**What you are asked to do:** Please retype the material beneath this task exactly, starting with its first line and finishing with the line containing "v4 (265,0,48.5)".

=======

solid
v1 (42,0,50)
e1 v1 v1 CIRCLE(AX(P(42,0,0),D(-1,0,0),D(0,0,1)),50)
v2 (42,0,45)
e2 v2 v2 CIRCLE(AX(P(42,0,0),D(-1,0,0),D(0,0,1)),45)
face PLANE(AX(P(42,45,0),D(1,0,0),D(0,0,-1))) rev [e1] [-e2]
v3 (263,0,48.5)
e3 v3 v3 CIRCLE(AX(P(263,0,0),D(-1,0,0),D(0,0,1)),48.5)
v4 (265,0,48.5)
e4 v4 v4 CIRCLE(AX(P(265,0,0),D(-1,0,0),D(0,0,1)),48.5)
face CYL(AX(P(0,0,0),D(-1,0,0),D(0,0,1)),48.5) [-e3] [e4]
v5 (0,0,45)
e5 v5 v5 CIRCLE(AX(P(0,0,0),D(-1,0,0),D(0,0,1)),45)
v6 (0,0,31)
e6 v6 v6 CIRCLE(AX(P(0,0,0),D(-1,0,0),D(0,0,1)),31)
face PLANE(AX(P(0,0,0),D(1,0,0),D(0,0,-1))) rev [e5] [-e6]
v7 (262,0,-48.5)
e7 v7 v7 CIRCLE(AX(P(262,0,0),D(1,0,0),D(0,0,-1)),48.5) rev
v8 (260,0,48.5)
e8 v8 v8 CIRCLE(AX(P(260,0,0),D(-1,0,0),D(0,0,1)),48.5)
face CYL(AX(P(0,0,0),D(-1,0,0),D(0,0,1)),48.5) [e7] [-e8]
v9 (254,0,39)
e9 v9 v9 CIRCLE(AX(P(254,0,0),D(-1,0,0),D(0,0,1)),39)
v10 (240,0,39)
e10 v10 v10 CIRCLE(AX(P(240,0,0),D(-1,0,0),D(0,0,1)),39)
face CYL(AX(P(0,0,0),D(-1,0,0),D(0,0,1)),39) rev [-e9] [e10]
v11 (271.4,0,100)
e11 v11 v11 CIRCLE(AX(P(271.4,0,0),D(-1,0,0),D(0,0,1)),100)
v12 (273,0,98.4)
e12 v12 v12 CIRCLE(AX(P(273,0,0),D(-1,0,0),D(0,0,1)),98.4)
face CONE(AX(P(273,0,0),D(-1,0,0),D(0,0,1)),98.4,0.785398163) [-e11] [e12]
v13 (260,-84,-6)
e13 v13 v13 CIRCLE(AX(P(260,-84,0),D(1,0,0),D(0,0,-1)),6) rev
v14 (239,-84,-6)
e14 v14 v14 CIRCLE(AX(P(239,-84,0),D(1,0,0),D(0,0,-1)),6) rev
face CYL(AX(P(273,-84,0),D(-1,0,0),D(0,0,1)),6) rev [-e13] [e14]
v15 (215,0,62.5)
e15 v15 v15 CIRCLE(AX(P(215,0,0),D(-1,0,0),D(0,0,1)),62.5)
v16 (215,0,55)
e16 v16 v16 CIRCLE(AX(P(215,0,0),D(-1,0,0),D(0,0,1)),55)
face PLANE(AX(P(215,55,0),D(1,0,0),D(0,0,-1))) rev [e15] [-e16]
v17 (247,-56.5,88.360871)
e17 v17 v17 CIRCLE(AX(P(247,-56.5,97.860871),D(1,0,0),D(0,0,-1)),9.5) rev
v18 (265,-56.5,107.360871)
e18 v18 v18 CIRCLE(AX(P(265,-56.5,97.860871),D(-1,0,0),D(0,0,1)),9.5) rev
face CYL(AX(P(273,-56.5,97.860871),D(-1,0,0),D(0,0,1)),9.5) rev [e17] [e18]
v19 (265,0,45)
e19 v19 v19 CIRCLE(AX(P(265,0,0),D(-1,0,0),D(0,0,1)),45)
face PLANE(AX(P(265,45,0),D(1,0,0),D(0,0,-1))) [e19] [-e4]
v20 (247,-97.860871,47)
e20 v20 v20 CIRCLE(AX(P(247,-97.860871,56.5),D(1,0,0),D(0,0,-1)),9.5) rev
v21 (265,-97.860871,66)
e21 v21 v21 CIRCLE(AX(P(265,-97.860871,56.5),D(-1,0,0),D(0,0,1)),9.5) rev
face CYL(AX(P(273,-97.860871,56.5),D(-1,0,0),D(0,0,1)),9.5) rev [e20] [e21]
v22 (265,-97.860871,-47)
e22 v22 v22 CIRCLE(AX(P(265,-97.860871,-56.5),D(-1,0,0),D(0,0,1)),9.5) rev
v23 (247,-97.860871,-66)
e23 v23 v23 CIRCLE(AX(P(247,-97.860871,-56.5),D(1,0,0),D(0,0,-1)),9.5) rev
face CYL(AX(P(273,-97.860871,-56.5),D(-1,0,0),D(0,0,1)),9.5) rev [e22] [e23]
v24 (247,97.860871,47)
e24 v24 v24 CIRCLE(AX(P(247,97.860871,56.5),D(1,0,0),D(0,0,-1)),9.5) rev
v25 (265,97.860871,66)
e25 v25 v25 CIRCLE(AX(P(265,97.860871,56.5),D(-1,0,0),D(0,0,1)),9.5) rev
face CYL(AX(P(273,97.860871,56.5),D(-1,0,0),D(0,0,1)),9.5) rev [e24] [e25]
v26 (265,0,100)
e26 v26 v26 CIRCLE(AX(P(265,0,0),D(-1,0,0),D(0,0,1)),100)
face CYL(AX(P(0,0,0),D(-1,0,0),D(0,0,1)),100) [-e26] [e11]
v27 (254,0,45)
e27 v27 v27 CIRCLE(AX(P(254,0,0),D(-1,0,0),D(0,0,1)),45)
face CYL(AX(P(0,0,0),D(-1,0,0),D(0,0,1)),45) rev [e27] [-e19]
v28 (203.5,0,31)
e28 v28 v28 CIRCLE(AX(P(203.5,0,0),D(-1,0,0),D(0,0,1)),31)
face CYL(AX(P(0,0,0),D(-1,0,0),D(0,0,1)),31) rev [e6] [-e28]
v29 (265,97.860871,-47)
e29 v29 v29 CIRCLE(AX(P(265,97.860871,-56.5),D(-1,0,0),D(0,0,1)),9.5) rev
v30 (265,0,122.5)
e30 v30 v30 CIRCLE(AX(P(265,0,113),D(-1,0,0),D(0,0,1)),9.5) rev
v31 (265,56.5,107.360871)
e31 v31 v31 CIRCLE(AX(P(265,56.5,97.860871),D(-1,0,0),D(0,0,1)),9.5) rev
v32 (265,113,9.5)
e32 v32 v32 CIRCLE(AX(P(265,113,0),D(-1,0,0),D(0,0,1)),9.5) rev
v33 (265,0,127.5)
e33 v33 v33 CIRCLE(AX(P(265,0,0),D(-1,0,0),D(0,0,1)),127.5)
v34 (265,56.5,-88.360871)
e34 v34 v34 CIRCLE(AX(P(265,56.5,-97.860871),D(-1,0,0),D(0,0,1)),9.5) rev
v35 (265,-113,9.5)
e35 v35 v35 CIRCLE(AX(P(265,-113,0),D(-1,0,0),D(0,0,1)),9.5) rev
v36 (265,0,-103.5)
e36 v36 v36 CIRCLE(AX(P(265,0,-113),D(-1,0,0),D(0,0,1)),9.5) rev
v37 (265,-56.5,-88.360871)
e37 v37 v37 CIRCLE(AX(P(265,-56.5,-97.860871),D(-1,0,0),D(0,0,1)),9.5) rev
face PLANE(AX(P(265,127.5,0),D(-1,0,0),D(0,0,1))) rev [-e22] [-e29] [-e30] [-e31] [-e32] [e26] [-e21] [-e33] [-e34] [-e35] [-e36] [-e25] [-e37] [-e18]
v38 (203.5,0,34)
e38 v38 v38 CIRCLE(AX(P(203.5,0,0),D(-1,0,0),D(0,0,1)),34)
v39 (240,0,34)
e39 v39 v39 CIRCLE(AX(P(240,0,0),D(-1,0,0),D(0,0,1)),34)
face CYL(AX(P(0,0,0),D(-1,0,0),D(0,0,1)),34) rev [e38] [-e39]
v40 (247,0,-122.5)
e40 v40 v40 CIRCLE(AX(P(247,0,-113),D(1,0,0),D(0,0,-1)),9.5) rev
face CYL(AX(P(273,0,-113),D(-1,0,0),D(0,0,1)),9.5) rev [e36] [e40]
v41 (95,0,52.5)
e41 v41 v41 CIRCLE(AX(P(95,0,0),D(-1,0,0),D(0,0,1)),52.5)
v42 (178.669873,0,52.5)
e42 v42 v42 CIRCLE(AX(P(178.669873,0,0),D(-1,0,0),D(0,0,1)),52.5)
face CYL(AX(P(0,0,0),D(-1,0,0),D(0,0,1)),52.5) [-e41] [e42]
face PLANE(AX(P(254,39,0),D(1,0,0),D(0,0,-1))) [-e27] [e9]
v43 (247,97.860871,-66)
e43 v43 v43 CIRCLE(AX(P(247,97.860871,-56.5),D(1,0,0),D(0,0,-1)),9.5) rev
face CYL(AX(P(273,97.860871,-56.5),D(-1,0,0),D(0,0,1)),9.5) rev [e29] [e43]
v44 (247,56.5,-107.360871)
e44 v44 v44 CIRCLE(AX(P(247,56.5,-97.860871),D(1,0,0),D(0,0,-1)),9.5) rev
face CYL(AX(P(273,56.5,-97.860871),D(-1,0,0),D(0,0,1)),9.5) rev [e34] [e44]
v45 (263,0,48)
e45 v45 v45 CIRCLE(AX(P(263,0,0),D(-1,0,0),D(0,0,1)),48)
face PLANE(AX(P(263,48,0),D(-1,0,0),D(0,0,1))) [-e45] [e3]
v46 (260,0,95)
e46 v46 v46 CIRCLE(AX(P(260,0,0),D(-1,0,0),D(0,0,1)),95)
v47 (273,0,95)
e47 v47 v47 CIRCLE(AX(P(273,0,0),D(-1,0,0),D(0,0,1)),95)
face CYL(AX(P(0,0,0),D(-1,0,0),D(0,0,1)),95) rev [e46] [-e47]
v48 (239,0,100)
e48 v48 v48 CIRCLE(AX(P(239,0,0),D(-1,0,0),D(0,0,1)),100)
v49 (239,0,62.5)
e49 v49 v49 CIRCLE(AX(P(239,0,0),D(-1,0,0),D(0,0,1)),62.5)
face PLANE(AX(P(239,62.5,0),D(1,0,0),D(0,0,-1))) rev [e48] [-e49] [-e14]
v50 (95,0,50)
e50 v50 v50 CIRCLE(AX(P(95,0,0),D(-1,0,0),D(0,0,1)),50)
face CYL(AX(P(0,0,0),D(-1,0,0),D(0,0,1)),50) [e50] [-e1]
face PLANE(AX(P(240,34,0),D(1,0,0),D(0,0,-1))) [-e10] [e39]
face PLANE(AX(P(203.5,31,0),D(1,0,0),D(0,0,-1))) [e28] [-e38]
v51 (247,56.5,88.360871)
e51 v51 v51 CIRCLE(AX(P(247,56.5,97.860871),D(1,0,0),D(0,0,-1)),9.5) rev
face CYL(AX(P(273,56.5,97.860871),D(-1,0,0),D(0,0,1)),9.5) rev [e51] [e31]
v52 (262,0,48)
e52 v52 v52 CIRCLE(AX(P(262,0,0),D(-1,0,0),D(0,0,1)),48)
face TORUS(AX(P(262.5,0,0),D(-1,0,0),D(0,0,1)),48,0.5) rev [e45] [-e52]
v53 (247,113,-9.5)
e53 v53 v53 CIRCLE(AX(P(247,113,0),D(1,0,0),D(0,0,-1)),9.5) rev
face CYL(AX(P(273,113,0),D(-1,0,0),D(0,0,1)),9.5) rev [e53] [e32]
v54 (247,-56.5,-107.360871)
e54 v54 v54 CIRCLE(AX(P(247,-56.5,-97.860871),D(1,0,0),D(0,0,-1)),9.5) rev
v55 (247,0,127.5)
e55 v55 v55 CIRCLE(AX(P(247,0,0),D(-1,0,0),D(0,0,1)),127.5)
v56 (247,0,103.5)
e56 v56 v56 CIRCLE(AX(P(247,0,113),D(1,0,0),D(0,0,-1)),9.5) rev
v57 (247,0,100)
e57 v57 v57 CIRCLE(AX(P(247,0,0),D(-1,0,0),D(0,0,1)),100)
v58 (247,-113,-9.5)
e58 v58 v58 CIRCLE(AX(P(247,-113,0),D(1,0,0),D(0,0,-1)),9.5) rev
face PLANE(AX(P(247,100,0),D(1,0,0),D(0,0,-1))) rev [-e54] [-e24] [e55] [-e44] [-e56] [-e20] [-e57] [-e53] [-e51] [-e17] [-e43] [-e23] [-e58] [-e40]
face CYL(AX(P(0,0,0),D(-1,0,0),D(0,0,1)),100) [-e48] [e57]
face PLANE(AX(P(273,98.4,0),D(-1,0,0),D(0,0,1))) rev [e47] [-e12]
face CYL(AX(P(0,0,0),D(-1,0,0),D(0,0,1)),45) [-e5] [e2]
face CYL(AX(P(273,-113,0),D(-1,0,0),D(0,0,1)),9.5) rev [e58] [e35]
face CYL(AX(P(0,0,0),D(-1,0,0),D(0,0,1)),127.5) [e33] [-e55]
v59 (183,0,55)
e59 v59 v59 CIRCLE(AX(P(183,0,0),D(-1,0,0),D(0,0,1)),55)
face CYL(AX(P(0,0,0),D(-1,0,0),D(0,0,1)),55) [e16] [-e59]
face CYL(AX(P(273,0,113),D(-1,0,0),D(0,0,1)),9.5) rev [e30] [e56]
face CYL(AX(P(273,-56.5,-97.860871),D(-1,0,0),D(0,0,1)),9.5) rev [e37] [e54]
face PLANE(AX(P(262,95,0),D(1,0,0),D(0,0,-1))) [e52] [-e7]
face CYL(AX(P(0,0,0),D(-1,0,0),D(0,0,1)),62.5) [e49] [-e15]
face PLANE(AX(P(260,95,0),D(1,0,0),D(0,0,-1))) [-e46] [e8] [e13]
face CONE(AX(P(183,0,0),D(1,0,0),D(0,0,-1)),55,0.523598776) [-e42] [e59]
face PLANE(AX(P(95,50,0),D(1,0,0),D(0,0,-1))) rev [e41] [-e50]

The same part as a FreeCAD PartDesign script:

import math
import FreeCAD as App
import Part
import Sketcher
from FreeCAD import Vector
Q = App.Units.Quantity

doc = App.newDocument("Part")
body = doc.addObject("PartDesign::Body", "Body")

# Sketch on XY plane
sketch1 = doc.addObject("Sketcher::SketchObject", "Sketch")
body.addObject(sketch1)
sketch1.AttachmentSupport = (doc.XY_Plane, [""])
sketch1.MapMode = "FlatFace"
sketch1.addGeometry([
    Part.LineSegment(Vector(0, 0, 0), Vector(273, 0, 0)),  # 0
    Part.LineSegment(Vector(273, 0, 0), Vector(273, 98.4, 0)),  # 1
    Part.LineSegment(Vector(273, 98.4, 0), Vector(271.4, 100, 0)),  # 2
    Part.LineSegment(Vector(271.4, 100, 0), Vector(265, 100, 0)),  # 3
    Part.LineSegment(Vector(265, 100, 0), Vector(265, 127.5, 0)),  # 4
    Part.LineSegment(Vector(265, 127.5, 0), Vector(247, 127.5, 0)),  # 5
    Part.LineSegment(Vector(247, 127.5, 0), Vector(247, 100, 0)),  # 6
    Part.LineSegment(Vector(247, 100, 0), Vector(239, 100, 0)),  # 7
    Part.LineSegment(Vector(239, 100, 0), Vector(239, 62.5, 0)),  # 8
    Part.LineSegment(Vector(239, 62.5, 0), Vector(215, 62.5, 0)),  # 9
    Part.LineSegment(Vector(215, 62.5, 0), Vector(215, 55, 0)),  # 10
    Part.LineSegment(Vector(215, 55, 0), Vector(183, 55, 0)),  # 11
    Part.LineSegment(Vector(183, 55, 0), Vector(178.7, 52.5, 0)),  # 12
    Part.LineSegment(Vector(178.7, 52.5, 0), Vector(95, 52.5, 0)),  # 13
    Part.LineSegment(Vector(95, 52.5, 0), Vector(95, 50, 0)),  # 14
    Part.LineSegment(Vector(95, 50, 0), Vector(42, 50, 0)),  # 15
    Part.LineSegment(Vector(42, 50, 0), Vector(42, 45, 0)),  # 16
    Part.LineSegment(Vector(42, 45, 0), Vector(0, 45, 0)),  # 17
    Part.LineSegment(Vector(0, 45, 0), Vector(0, 0, 0)),  # 18
], False)
sketch1.addConstraint([
    Sketcher.Constraint("Coincident", 0, 2, 1, 1),
    Sketcher.Constraint("Coincident", 1, 2, 2, 1),
    Sketcher.Constraint("Coincident", 2, 2, 3, 1),
    Sketcher.Constraint("Coincident", 3, 2, 4, 1),
    Sketcher.Constraint("Coincident", 4, 2, 5, 1),
    Sketcher.Constraint("Coincident", 5, 2, 6, 1),
    Sketcher.Constraint("Coincident", 6, 2, 7, 1),
    Sketcher.Constraint("Coincident", 7, 2, 8, 1),
    Sketcher.Constraint("Coincident", 8, 2, 9, 1),
    Sketcher.Constraint("Coincident", 9, 2, 10, 1),
    Sketcher.Constraint("Coincident", 10, 2, 11, 1),
    Sketcher.Constraint("Coincident", 11, 2, 12, 1),
    Sketcher.Constraint("Coincident", 12, 2, 13, 1),
    Sketcher.Constraint("Coincident", 13, 2, 14, 1),
    Sketcher.Constraint("Coincident", 14, 2, 15, 1),
    Sketcher.Constraint("Coincident", 15, 2, 16, 1),
    Sketcher.Constraint("Coincident", 16, 2, 17, 1),
    Sketcher.Constraint("Coincident", 17, 2, 18, 1),
    Sketcher.Constraint("Coincident", 18, 2, 0, 1),
    Sketcher.Constraint("Horizontal", 0),
    Sketcher.Constraint("Vertical", 1),
    Sketcher.Constraint("Horizontal", 3),
    Sketcher.Constraint("Vertical", 4),
    Sketcher.Constraint("Horizontal", 5),
    Sketcher.Constraint("Vertical", 6),
    Sketcher.Constraint("Horizontal", 7),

=======

**Expected answer:**
solid
v1 (42,0,50)
e1 v1 v1 CIRCLE(AX(P(42,0,0),D(-1,0,0),D(0,0,1)),50)
v2 (42,0,45)
e2 v2 v2 CIRCLE(AX(P(42,0,0),D(-1,0,0),D(0,0,1)),45)
face PLANE(AX(P(42,45,0),D(1,0,0),D(0,0,-1))) rev [e1] [-e2]
v3 (263,0,48.5)
e3 v3 v3 CIRCLE(AX(P(263,0,0),D(-1,0,0),D(0,0,1)),48.5)
v4 (265,0,48.5)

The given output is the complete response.